Documenting all training events, and who attended them, gives dealers the obvious benefit of defense in the event of an injury-related law suit, but also provides the company with very tangible savings on insurance premiums, according to Steve Clugston, founder of a Web-based training company called Global Training

"Insurance companies go crazy for this kind of thing," he said. "Discounts can range from 5 to 15 percent depending on the current insurance market; [well documented training] might prevent an increase or it could mean a dramatic decrease."

Schloegel and Allegree from Zurich agree.

"Establishing a safety program can result in direct savings of your insurance premiums," said Schloegel. But, he added, that's really only the tip of the iceberg in terms of the saved expenses connected with keeping workers safe.

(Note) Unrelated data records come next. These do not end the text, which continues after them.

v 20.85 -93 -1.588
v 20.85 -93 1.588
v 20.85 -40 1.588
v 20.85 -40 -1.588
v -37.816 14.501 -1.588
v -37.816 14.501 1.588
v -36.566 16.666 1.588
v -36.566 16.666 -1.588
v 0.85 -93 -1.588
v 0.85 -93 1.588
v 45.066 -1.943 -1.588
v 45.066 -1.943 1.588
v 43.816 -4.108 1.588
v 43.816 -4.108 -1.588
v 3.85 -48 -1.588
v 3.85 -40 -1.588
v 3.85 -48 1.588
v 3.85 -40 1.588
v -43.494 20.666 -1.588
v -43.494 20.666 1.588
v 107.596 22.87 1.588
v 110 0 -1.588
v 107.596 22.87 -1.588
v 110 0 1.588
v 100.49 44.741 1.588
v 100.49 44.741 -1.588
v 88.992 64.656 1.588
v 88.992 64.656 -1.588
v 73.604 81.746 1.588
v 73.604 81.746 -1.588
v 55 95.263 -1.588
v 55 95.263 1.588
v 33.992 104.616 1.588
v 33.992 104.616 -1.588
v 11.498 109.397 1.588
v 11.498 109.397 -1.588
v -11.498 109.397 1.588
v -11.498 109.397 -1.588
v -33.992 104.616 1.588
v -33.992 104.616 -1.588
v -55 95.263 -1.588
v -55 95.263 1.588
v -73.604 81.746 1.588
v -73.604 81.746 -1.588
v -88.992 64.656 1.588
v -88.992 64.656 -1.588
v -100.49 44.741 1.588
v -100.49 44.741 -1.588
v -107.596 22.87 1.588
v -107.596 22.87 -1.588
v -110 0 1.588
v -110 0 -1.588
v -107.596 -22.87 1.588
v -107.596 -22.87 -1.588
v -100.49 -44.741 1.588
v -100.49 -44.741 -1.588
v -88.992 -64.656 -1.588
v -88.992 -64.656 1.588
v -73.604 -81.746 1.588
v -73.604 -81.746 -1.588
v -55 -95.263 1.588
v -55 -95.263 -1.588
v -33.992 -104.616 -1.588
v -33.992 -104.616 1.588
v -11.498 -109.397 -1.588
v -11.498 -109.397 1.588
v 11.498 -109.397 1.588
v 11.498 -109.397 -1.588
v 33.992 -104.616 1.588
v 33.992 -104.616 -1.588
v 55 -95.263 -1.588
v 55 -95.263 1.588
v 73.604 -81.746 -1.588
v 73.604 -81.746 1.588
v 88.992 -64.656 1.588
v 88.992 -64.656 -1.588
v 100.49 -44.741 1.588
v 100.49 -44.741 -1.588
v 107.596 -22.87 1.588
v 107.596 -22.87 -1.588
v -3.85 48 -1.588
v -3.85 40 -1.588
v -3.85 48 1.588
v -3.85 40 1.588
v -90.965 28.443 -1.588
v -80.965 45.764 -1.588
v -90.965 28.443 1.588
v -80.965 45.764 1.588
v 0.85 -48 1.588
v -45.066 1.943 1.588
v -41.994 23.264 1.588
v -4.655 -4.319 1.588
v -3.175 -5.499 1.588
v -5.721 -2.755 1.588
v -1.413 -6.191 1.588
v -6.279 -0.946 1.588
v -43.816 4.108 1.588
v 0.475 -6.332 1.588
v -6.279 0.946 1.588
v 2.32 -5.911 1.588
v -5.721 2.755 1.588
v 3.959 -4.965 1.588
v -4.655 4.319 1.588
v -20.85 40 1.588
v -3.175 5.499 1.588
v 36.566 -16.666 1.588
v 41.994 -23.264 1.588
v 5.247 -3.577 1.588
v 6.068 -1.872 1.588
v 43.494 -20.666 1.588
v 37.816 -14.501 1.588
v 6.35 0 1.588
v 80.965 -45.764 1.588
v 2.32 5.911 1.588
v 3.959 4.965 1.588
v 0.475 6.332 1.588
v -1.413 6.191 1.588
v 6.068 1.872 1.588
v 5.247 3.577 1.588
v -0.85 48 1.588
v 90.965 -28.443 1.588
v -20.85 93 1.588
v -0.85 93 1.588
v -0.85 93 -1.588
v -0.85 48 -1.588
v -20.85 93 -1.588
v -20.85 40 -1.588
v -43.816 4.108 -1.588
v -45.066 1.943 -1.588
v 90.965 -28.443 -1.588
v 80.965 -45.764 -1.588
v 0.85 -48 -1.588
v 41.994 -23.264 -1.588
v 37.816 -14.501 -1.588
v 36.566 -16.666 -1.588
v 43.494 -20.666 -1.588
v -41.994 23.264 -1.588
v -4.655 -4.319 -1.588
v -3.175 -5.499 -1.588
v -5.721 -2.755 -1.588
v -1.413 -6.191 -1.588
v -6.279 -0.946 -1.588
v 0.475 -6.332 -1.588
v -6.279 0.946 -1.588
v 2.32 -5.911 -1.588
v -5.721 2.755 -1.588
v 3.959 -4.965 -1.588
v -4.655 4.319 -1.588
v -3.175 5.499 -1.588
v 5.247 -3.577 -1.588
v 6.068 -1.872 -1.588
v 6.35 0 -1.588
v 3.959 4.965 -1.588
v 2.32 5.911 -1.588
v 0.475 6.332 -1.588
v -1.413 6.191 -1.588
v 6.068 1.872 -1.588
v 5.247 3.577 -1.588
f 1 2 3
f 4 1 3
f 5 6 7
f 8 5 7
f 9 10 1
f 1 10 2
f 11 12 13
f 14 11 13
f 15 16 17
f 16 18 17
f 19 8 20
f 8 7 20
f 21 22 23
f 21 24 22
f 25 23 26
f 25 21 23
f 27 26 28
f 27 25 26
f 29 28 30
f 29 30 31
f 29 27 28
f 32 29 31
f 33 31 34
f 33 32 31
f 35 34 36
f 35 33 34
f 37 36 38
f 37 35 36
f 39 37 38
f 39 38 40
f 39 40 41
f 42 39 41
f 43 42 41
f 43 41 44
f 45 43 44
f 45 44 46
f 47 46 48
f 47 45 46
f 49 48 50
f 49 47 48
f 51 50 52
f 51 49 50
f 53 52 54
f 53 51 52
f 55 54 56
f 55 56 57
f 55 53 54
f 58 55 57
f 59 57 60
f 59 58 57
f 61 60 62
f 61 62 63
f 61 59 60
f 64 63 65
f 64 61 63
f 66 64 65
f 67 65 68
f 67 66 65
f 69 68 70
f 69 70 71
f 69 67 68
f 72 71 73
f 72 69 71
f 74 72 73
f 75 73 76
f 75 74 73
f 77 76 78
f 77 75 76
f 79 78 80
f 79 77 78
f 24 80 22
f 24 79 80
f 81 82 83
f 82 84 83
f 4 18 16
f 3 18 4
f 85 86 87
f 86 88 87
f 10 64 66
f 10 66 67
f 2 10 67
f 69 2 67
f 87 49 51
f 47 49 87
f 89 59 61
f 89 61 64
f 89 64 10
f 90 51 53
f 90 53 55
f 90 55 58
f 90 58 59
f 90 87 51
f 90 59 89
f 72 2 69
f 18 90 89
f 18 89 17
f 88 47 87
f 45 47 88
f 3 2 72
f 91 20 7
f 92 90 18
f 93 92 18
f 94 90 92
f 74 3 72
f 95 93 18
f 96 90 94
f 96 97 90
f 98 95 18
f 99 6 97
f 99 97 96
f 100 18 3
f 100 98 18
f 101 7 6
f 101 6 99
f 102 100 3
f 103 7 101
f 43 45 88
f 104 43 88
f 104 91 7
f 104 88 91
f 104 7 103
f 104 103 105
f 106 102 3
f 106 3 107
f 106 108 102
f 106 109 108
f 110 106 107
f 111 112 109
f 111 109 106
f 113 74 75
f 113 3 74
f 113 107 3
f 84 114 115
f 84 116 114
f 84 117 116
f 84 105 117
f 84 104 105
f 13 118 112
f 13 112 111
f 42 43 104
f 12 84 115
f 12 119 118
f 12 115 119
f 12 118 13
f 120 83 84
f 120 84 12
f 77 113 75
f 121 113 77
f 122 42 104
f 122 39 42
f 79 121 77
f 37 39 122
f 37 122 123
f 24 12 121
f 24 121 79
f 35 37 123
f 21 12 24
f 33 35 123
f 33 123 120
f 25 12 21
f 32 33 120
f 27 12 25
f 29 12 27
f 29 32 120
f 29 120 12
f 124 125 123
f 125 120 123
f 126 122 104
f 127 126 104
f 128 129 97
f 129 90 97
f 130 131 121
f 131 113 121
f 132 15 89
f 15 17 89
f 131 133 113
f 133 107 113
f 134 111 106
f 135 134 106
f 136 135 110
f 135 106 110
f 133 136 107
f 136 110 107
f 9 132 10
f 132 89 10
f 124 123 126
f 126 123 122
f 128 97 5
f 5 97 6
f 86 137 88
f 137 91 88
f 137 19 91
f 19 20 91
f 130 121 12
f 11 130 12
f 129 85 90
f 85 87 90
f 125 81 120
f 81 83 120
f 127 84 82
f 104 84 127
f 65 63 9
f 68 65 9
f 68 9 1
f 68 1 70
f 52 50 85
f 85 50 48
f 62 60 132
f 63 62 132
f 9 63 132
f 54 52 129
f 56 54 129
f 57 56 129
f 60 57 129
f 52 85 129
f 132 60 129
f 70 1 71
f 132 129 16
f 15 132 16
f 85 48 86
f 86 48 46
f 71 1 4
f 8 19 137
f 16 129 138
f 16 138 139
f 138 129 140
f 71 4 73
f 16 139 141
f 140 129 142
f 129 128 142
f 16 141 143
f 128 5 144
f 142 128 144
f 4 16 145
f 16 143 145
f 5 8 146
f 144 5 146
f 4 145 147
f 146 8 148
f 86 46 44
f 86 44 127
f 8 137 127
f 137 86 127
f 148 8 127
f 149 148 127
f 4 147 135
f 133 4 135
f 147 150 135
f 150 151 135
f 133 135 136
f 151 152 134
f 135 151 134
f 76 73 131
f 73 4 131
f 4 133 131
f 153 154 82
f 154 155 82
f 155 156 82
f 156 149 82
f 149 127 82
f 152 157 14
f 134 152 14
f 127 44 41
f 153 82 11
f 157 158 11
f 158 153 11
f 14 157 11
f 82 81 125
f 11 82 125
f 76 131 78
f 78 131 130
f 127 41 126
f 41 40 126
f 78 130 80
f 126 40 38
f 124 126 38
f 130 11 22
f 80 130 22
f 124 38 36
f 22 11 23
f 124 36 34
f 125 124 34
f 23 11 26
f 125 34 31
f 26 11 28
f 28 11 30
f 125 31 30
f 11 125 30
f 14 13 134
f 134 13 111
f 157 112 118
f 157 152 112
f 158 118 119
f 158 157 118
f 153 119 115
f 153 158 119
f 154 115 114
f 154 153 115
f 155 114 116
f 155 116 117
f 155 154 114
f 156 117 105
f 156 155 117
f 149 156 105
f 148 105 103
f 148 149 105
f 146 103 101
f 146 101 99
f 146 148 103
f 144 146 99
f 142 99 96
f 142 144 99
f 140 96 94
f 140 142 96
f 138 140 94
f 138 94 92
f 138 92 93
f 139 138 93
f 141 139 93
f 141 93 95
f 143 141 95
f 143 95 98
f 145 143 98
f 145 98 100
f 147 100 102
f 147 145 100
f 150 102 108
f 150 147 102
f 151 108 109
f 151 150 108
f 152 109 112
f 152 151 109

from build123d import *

# Parameters (mm, degrees)
SKETCH1_R           = 110
SKETCH1_R_2         = 6.35
BOSS_EXTRUDE1_DEPTH = 1.5875


with BuildPart() as part:
    # Sketch1 → Boss-Extrude1 (new body, symmetric)
    with BuildSketch(Plane.XY):
        Circle(SKETCH1_R)
        Circle(SKETCH1_R_2, mode=Mode.SUBTRACT)
        Polygon((-6.35, 40), (-3.85, 40), (-3.85, 48), (-0.85, 48), (-0.85, 93), (-20.85, 93), (-20.85, 40), (-18.35, 40), align=None, mode=Mode.SUBTRACT)
        Polygon((6.35, -40), (3.85, -40), (3.85, -48), (0.85, -48), (0.85, -93), (20.85, -93), (20.85, -40), (18.35, -40), align=None, mode=Mode.SUBTRACT)
        Polygon((37.816016151, -14.500738686), (36.566016151, -16.665802195), (43.494219382, -20.665802195), (41.994219382, -23.263878407), (80.965362552, -45.763878407), (90.965362552, -28.443370331), (45.066016151, -1.943370331), (43.816016151, -4.108433841), align=None, mode=Mode.SUBTRACT)
        Polygon((-37.816016151, 14.500738686), (-36.566016151, 16.665802195), (-43.494219382, 20.665802195), (-41.994219382, 23.263878407), (-80.965362552, 45.763878407), (-90.965362552, 28.443370331), (-45.066016151, 1.943370331), (-43.816016151, 4.108433841), align=None, mode=Mode.SUBTRACT)
    extrude(amount=BOSS_EXTRUDE1_DEPTH, both=True)


solid = part.part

The National Compensation Council of Insurance (NCCI) assigns all companies a rating based on their number of accidents and claims, Schloegel explained. And it's that rating that ultimately determines what a dealer will end up paying for workers' compensation insurance. A rating of .75 for example is well below the national average of 1.0, and would therefore result in a lower cost than for a company rated with 1.25. The real rub is that the "e-modifier" sticks with a dealer for four years - the immediate past year is skipped and only the three years prior to that are considered.

"It's amazing but we see direct competitors out there where one is paying 50 percent more for the exact same coverage," said Allegree. "It's going to be a challenge for you to be competitive on your workers' compensation insurance if your modifier is above the national average. It shows that they need to be consistent in their efforts," he added. "If they let up and have a bad year, then they're stuck with it."

Allegree notes that dealerships that make an effort to create a safe workplace and begin instituting training programs will certainly be successful in reducing their accident experiences by some percentage.

"There's too many dealers that leave things to chance," he said. "Put some focus on the safety effort; if you've got safety problems, you've also got production and quality problems, so it's all tied together. It's a good idea for employers to be active with their insurance carrier, investigate their accidents and monitor their claims. And don't be afraid to ask your carrier for some help on safety loss prevention or to explain claims issues."